What the exercise asks ▸ In the listing below, find the line with "e11 v11 v12 LINE" and the line with "face PLANE(AX(P(7.5,-7.5,0),D(-1,0,0),D(0,1,0))) rev". Repeat those two lines and all lines between them exactly.

"""

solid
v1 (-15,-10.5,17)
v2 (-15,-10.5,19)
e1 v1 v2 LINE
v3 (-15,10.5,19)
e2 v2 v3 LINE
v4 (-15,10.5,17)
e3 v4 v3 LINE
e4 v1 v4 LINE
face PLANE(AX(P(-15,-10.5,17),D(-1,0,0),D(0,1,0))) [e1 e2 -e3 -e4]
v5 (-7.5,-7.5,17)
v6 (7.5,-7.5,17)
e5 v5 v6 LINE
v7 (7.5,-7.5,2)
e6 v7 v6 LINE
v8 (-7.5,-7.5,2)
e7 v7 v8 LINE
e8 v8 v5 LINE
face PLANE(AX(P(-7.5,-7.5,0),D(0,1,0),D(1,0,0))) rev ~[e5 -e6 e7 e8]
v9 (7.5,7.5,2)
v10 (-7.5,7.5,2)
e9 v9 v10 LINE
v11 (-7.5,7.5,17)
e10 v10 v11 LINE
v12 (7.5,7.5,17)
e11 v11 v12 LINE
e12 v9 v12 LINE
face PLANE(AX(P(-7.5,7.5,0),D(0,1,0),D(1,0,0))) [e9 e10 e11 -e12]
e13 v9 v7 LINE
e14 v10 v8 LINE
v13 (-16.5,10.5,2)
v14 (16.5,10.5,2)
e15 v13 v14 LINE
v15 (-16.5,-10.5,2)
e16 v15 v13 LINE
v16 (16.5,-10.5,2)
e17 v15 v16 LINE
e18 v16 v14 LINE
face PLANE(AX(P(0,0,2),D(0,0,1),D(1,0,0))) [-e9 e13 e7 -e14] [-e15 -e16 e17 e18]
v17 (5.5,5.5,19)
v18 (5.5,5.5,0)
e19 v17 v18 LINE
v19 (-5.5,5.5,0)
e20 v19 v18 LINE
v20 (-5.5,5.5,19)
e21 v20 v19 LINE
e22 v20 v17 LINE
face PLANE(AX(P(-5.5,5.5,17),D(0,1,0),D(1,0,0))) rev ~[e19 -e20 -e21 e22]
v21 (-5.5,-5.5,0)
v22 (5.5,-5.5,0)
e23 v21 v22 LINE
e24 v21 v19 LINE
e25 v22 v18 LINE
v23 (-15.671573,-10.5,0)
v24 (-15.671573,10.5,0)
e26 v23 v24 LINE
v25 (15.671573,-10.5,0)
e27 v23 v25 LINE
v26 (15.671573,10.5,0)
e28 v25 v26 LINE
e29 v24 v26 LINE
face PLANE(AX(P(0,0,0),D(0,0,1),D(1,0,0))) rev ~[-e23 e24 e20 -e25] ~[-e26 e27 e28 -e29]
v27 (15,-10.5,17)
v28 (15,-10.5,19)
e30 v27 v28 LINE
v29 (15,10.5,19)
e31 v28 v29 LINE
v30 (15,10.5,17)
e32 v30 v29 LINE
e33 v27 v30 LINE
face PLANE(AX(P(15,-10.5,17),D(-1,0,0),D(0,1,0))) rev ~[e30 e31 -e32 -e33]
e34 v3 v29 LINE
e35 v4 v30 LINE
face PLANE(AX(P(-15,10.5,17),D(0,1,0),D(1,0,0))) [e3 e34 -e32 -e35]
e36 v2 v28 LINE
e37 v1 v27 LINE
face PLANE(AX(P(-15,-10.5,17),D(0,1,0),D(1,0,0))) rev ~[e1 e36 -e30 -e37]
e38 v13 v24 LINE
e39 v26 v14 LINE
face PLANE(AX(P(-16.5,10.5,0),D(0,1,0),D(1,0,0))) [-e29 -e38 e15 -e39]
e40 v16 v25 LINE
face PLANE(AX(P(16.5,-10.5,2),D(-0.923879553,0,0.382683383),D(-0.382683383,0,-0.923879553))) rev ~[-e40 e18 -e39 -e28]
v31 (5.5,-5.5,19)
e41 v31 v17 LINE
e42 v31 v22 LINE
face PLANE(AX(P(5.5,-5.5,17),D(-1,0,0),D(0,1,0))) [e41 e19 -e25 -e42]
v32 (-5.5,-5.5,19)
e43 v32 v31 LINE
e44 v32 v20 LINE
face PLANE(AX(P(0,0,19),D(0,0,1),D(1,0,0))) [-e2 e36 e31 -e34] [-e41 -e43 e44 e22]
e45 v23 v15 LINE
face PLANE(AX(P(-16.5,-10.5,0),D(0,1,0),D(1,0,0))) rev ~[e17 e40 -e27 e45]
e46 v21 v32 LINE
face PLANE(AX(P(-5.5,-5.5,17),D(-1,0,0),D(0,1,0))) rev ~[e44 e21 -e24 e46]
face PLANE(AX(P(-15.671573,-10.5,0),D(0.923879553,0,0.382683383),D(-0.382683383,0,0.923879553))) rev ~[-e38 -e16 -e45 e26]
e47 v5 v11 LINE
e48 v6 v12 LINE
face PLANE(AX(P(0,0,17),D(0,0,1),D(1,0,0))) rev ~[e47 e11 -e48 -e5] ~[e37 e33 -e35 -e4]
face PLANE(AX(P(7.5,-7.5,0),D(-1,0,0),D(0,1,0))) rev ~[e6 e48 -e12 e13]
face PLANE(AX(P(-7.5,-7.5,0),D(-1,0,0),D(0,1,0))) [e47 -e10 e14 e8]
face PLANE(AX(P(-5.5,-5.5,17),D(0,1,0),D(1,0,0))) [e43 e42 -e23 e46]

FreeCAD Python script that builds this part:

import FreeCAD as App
import Part
import Sketcher

V = App.Vector
Q = App.Units.Quantity

doc = App.newDocument("Part")
body = doc.addObject("PartDesign::Body", "Body")

sketch1 = body.newObject("Sketcher::SketchObject", "Sketch")
sketch1.AttachmentSupport = (doc.getObject("XY_Plane"), [""])
sketch1.MapMode = "FlatFace"
sketch1.addGeometry(Part.LineSegment(V(-16, 10, 0), V(-16, -10, 0)), False)
sketch1.addGeometry(Part.LineSegment(V(-16, -10, 0), V(16, -10, 0)), False)
sketch1.addGeometry(Part.LineSegment(V(16, -10, 0), V(16, 10, 0)), False)
sketch1.addGeometry(Part.LineSegment(V(16, 10, 0), V(-16, 10, 0)), False)
sketch1.addGeometry(Part.LineSegment(V(6, -6, 0), V(-6, -6, 0)), False)
sketch1.addGeometry(Part.LineSegment(V(-6, -6, 0), V(-6, 6, 0)), False)
sketch1.addGeometry(Part.LineSegment(V(-6, 6, 0), V(6, 6, 0)), False)
sketch1.addGeometry(Part.LineSegment(V(6, 6, 0), V(6, -6, 0)), False)
sketch1.addConstraint(Sketcher.Constraint("Coincident", 0, 2, 1, 1))
sketch1.addConstraint(Sketcher.Constraint("Coincident", 1, 2, 2, 1))
sketch1.addConstraint(Sketcher.Constraint("Coincident", 2, 2, 3, 1))
sketch1.addConstraint(Sketcher.Constraint("Coincident", 3, 2, 0, 1))
sketch1.addConstraint(Sketcher.Constraint("Coincident", 4, 2, 5, 1))
sketch1.addConstraint(Sketcher.Constraint("Coincident", 5, 2, 6, 1))
sketch1.addConstraint(Sketcher.Constraint("Coincident", 6, 2, 7, 1))
sketch1.addConstraint(Sketcher.Constraint("Coincident", 7, 2, 4, 1))
sketch1.addConstraint(Sketcher.Constraint("Vertical", 0))
sketch1.addConstraint(Sketcher.Constraint("Horizontal", 1))
sketch1.addConstraint(Sketcher.Constraint("Vertical", 2))
sketch1.addConstraint(Sketcher.Constraint("Horizontal", 3))
sketch1.addConstraint(Sketcher.Constraint("Horizontal", 4))
sketch1.addConstraint(Sketcher.Constraint("Vertical", 5))
sketch1.addConstraint(Sketcher.Constraint("Horizontal", 6))
sketch1.addConstraint(Sketcher.Constraint("Vertical", 7))
sketch1.addConstraint(Sketcher.Constraint("Symmetric", 0, 2, 2, 2, -1, 1))
sketch1.addConstraint(Sketcher.Constraint("Symmetric", 4, 2, 6, 2, -1, 1))
sketch1.addConstraint(Sketcher.Constraint("Equal", 6, 5))
sketch1.addConstraint(Sketcher.Constraint("DistanceX", 1, 1, 1, 2, 33.0))
sketch1.addConstraint(Sketcher.Constraint("DistanceX", 4, 2, 4, 1, 11.0))
sketch1.addConstraint(Sketcher.Constraint("DistanceY", 0, 2, 0, 1, 21.0))
pad1 = body.newObject("PartDesign::Pad", "Pad")
pad1.Profile = sketch1
pad1.Length = 2

sketch2 = body.newObject("Sketcher::SketchObject", "Sketch001")
sketch2.AttachmentSupport = (doc.getObject("XY_Plane"), [""])
sketch2.MapMode = "FlatFace"
sketch2.addGeometry(Part.LineSegment(V(-8, 8, 0), V(-8, -8, 0)), False)
sketch2.addGeometry(Part.LineSegment(V(-8, -8, 0), V(8, -8, 0)), False)
sketch2.addGeometry(Part.LineSegment(V(8, -8, 0), V(8, 8, 0)), False)
sketch2.addGeometry(Part.LineSegment(V(8, 8, 0), V(-8, 8, 0)), False)
sketch2.addGeometry(Part.LineSegment(V(6, -6, 0), V(-6, -6, 0)), False)
sketch2.addGeometry(Part.LineSegment(V(-6, -6, 0), V(-6, 6, 0)), False)
sketch2.addGeometry(Part.LineSegment(V(-6, 6, 0), V(6, 6, 0)), False)
sketch2.addGeometry(Part.LineSegment(V(6, 6, 0), V(6, -6, 0)), False)
sketch2.addConstraint(Sketcher.Constraint("Coincident", 0, 2, 1, 1))
sketch2.addConstraint(Sketcher.Constraint("Coincident", 1, 2, 2, 1))
sketch2.addConstraint(Sketcher.Constraint("Coincident", 2, 2, 3, 1))
sketch2.addConstraint(Sketcher.Constraint("Coincident", 3, 2, 0, 1))
sketch2.addConstraint(Sketcher.Constraint("Coincident", 4, 2, 5, 1))
sketch2.addConstraint(Sketcher.Constraint("Coincident", 5, 2, 6, 1))
sketch2.addConstraint(Sketcher.Constraint("Coincident", 6, 2, 7, 1))
sketch2.addConstraint(Sketcher.Constraint("Coincident", 7, 2, 4, 1))
sketch2.addConstraint(Sketcher.Constraint("Vertical", 0))
sketch2.addConstraint(Sketcher.Constraint("Horizontal", 1))
sketch2.addConstraint(Sketcher.Constraint("Vertical", 2))
sketch2.addConstraint(Sketcher.Constraint("Horizontal", 3))
sketch2.addConstraint(Sketcher.Constraint("Horizontal", 4))
sketch2.addConstraint(Sketcher.Constraint("Vertical", 5))
sketch2.addConstraint(Sketcher.Constraint("Horizontal", 6))
sketch2.addConstraint(Sketcher.Constraint("Vertical", 7))
sketch2.addConstraint(Sketcher.Constraint("Symmetric", 0, 2, 2, 2, -1, 1))
sketch2.addConstraint(Sketcher.Constraint("Symmetric", 4, 2, 6, 2, -1, 1))
sketch2.addConstraint(Sketcher.Constraint("Equal", 3, 0))
sketch2.addConstraint(Sketcher.Constraint("Equal", 6, 5))
sketch2.addConstraint(Sketcher.Constraint("DistanceX", 1, 1, 1, 2, 15.0))
sketch2.addConstraint(Sketcher.Constraint("DistanceX", 4, 2, 4, 1, 11.0))
pad2 = body.newObject("PartDesign::Pad", "Pad001")
pad2.Profile = sketch2
pad2.Length = 17

sketch3 = body.newObject("Sketcher::SketchObject", "Sketch002")
sketch3.AttachmentSupport = (doc.getObject("XY_Plane"), [""])
sketch3.MapMode = "FlatFace"
sketch3.AttachmentOffset = App.Placement(V(0, 0, 17), App.Rotation())
sketch3.addGeometry(Part.LineSegment(V(-15, 10, 0), V(-15, -10, 0)), False)
sketch3.addGeometry(Part.LineSegment(V(-15, -10, 0), V(15, -10, 0)), False)
sketch3.addGeometry(Part.LineSegment(V(15, -10, 0), V(15, 10, 0)), False)
sketch3.addGeometry(Part.LineSegment(V(15, 10, 0), V(-15, 10, 0)), False)
sketch3.addGeometry(Part.LineSegment(V(6, -6, 0), V(-6, -6, 0)), False)
sketch3.addGeometry(Part.LineSegment(V(-6, -6, 0), V(-6, 6, 0)), False)
sketch3.addGeometry(Part.LineSegment(V(-6, 6, 0), V(6, 6, 0)), False)
sketch3.addGeometry(Part.LineSegment(V(6, 6, 0), V(6, -6, 0)), False)
sketch3.addConstraint(Sketcher.Constraint("Coincident", 0, 2, 1, 1))
sketch3.addConstraint(Sketcher.Constraint("Coincident", 1, 2, 2, 1))
sketch3.addConstraint(Sketcher.Constraint("Coincident", 2, 2, 3, 1))
sketch3.addConstraint(Sketcher.Constraint("Coincident", 3, 2, 0, 1))
sketch3.addConstraint(Sketcher.Constraint("Coincident", 4, 2, 5, 1))
sketch3.addConstraint(Sketcher.Constraint("Coincident", 5, 2, 6, 1))
sketch3.addConstraint(Sketcher.Constraint("Coincident", 6, 2, 7, 1))
sketch3.addConstraint(Sketcher.Constraint("Coincident", 7, 2, 4, 1))
sketch3.addConstraint(Sketcher.Constraint("Vertical", 0))
sketch3.addConstraint(Sketcher.Constraint("Horizontal", 1))
sketch3.addConstraint(Sketcher.Constraint("Vertical", 2))
sketch3.addConstraint(Sketcher.Constraint("Horizontal", 3))
sketch3.addConstraint(Sketcher.Constraint("Horizontal", 4))
sketch3.addConstraint(Sketcher.Constraint("Vertical", 5))
sketch3.addConstraint(Sketcher.Constraint("Horizontal", 6))
sketch3.addConstraint(Sketcher.Constraint("Vertical", 7))
sketch3.addConstraint(Sketcher.Constraint("Symmetric", 0, 2, 2, 2, -1, 1))
sketch3.addConstraint(Sketcher.Constraint("Symmetric", 4, 2, 6, 2, -1, 1))
sketch3.addConstraint(Sketcher.Constraint("Equal", 6, 5))
sketch3.addConstraint(Sketcher.Constraint("DistanceX", 1, 1, 1, 2, 30.0))
sketch3.addConstraint(Sketcher.Constraint("DistanceX", 4, 2, 4, 1, 11.0))
sketch3.addConstraint(Sketcher.Constraint("DistanceY", 0, 2, 0, 1, 21.0))
pad3 = body.newObject("PartDesign::Pad", "Pad002")
pad3.Profile = sketch3
pad3.Length = 2

sketch4 = body.newObject("Sketcher::SketchObject", "Sketch003")
sketch4.AttachmentSupport = (doc.getObject("XZ_Plane"), [""])
sketch4.MapMode = "FlatFace"
sketch4.AttachmentOffset = App.Placement(V(0, 0, 10.5), App.Rotation())
sketch4.addGeometry(Part.LineSegment(V(-15.7, 0, 0), V(-16.5, 2, 0)), False)
sketch4.addGeometry(Part.LineSegment(V(-16.5, 2, 0), V(-16.5, 0, 0)), False)
sketch4.addGeometry(Part.LineSegment(V(-16.5, 0, 0), V(-15.7, 0, 0)), False)
sketch4.addGeometry(Part.LineSegment(V(16.5, 0, 0), V(16.5, 2, 0)), False)
sketch4.addGeometry(Part.LineSegment(V(16.5, 2, 0), V(15.7, 0, 0)), False)
sketch4.addGeometry(Part.LineSegment(V(15.7, 0, 0), V(16.5, 0, 0)), False)
sketch4.addConstraint(Sketcher.Constraint("Coincident", 0, 2, 1, 1))
sketch4.addConstraint(Sketcher.Constraint("Coincident", 1, 2, 2, 1))
sketch4.addConstraint(Sketcher.Constraint("Coincident", 2, 2, 0, 1))
sketch4.addConstraint(Sketcher.Constraint("Coincident", 3, 2, 4, 1))
sketch4.addConstraint(Sketcher.Constraint("Coincident", 4, 2, 5, 1))
sketch4.addConstraint(Sketcher.Constraint("Coincident", 5, 2, 3, 1))
sketch4.addConstraint(Sketcher.Constraint("Vertical", 1))
sketch4.addConstraint(Sketcher.Constraint("Horizontal", 2))
sketch4.addConstraint(Sketcher.Constraint("Vertical", 3))
sketch4.addConstraint(Sketcher.Constraint("Horizontal", 5))
sketch4.addConstraint(Sketcher.Constraint("Symmetric", 2, 2, 4, 2, -1, 1))
sketch4.addConstraint(Sketcher.Constraint("Symmetric", 0, 2, 3, 2, -2))
sketch4.addConstraint(Sketcher.Constraint("PointOnObject", 1, 2, -1))
sketch4.addConstraint(Sketcher.Constraint("DistanceY", 1, 2, 1, 1, 2.0))
sketch4.addConstraint(Sketcher.Constraint("Angle", 0, Q("112.499997 deg")))
sketch4.addConstraint(Sketcher.Constraint("DistanceX", 0, 2, 3, 2, 33.0))
pocket1 = body.newObject("PartDesign::Pocket", "Pocket")
pocket1.Profile = sketch4
pocket1.Length = 25

doc.recompute()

"""

Answer to the exercise ▸
e11 v11 v12 LINE
e12 v9 v12 LINE
face PLANE(AX(P(-7.5,7.5,0),D(0,1,0),D(1,0,0))) [e9 e10 e11 -e12]
e13 v9 v7 LINE
e14 v10 v8 LINE
v13 (-16.5,10.5,2)
v14 (16.5,10.5,2)
e15 v13 v14 LINE
v15 (-16.5,-10.5,2)
e16 v15 v13 LINE
v16 (16.5,-10.5,2)
e17 v15 v16 LINE
e18 v16 v14 LINE
face PLANE(AX(P(0,0,2),D(0,0,1),D(1,0,0))) [-e9 e13 e7 -e14] [-e15 -e16 e17 e18]
v17 (5.5,5.5,19)
v18 (5.5,5.5,0)
e19 v17 v18 LINE
v19 (-5.5,5.5,0)
e20 v19 v18 LINE
v20 (-5.5,5.5,19)
e21 v20 v19 LINE
e22 v20 v17 LINE
face PLANE(AX(P(-5.5,5.5,17),D(0,1,0),D(1,0,0))) rev ~[e19 -e20 -e21 e22]
v21 (-5.5,-5.5,0)
v22 (5.5,-5.5,0)
e23 v21 v22 LINE
e24 v21 v19 LINE
e25 v22 v18 LINE
v23 (-15.671573,-10.5,0)
v24 (-15.671573,10.5,0)
e26 v23 v24 LINE
v25 (15.671573,-10.5,0)
e27 v23 v25 LINE
v26 (15.671573,10.5,0)
e28 v25 v26 LINE
e29 v24 v26 LINE
face PLANE(AX(P(0,0,0),D(0,0,1),D(1,0,0))) rev ~[-e23 e24 e20 -e25] ~[-e26 e27 e28 -e29]
v27 (15,-10.5,17)
v28 (15,-10.5,19)
e30 v27 v28 LINE
v29 (15,10.5,19)
e31 v28 v29 LINE
v30 (15,10.5,17)
e32 v30 v29 LINE
e33 v27 v30 LINE
face PLANE(AX(P(15,-10.5,17),D(-1,0,0),D(0,1,0))) rev ~[e30 e31 -e32 -e33]
e34 v3 v29 LINE
e35 v4 v30 LINE
face PLANE(AX(P(-15,10.5,17),D(0,1,0),D(1,0,0))) [e3 e34 -e32 -e35]
e36 v2 v28 LINE
e37 v1 v27 LINE
face PLANE(AX(P(-15,-10.5,17),D(0,1,0),D(1,0,0))) rev ~[e1 e36 -e30 -e37]
e38 v13 v24 LINE
e39 v26 v14 LINE
face PLANE(AX(P(-16.5,10.5,0),D(0,1,0),D(1,0,0))) [-e29 -e38 e15 -e39]
e40 v16 v25 LINE
face PLANE(AX(P(16.5,-10.5,2),D(-0.923879553,0,0.382683383),D(-0.382683383,0,-0.923879553))) rev ~[-e40 e18 -e39 -e28]
v31 (5.5,-5.5,19)
e41 v31 v17 LINE
e42 v31 v22 LINE
face PLANE(AX(P(5.5,-5.5,17),D(-1,0,0),D(0,1,0))) [e41 e19 -e25 -e42]
v32 (-5.5,-5.5,19)
e43 v32 v31 LINE
e44 v32 v20 LINE
face PLANE(AX(P(0,0,19),D(0,0,1),D(1,0,0))) [-e2 e36 e31 -e34] [-e41 -e43 e44 e22]
e45 v23 v15 LINE
face PLANE(AX(P(-16.5,-10.5,0),D(0,1,0),D(1,0,0))) rev ~[e17 e40 -e27 e45]
e46 v21 v32 LINE
face PLANE(AX(P(-5.5,-5.5,17),D(-1,0,0),D(0,1,0))) rev ~[e44 e21 -e24 e46]
face PLANE(AX(P(-15.671573,-10.5,0),D(0.923879553,0,0.382683383),D(-0.382683383,0,0.923879553))) rev ~[-e38 -e16 -e45 e26]
e47 v5 v11 LINE
e48 v6 v12 LINE
face PLANE(AX(P(0,0,17),D(0,0,1),D(1,0,0))) rev ~[e47 e11 -e48 -e5] ~[e37 e33 -e35 -e4]
face PLANE(AX(P(7.5,-7.5,0),D(-1,0,0),D(0,1,0))) rev ~[e6 e48 -e12 e13]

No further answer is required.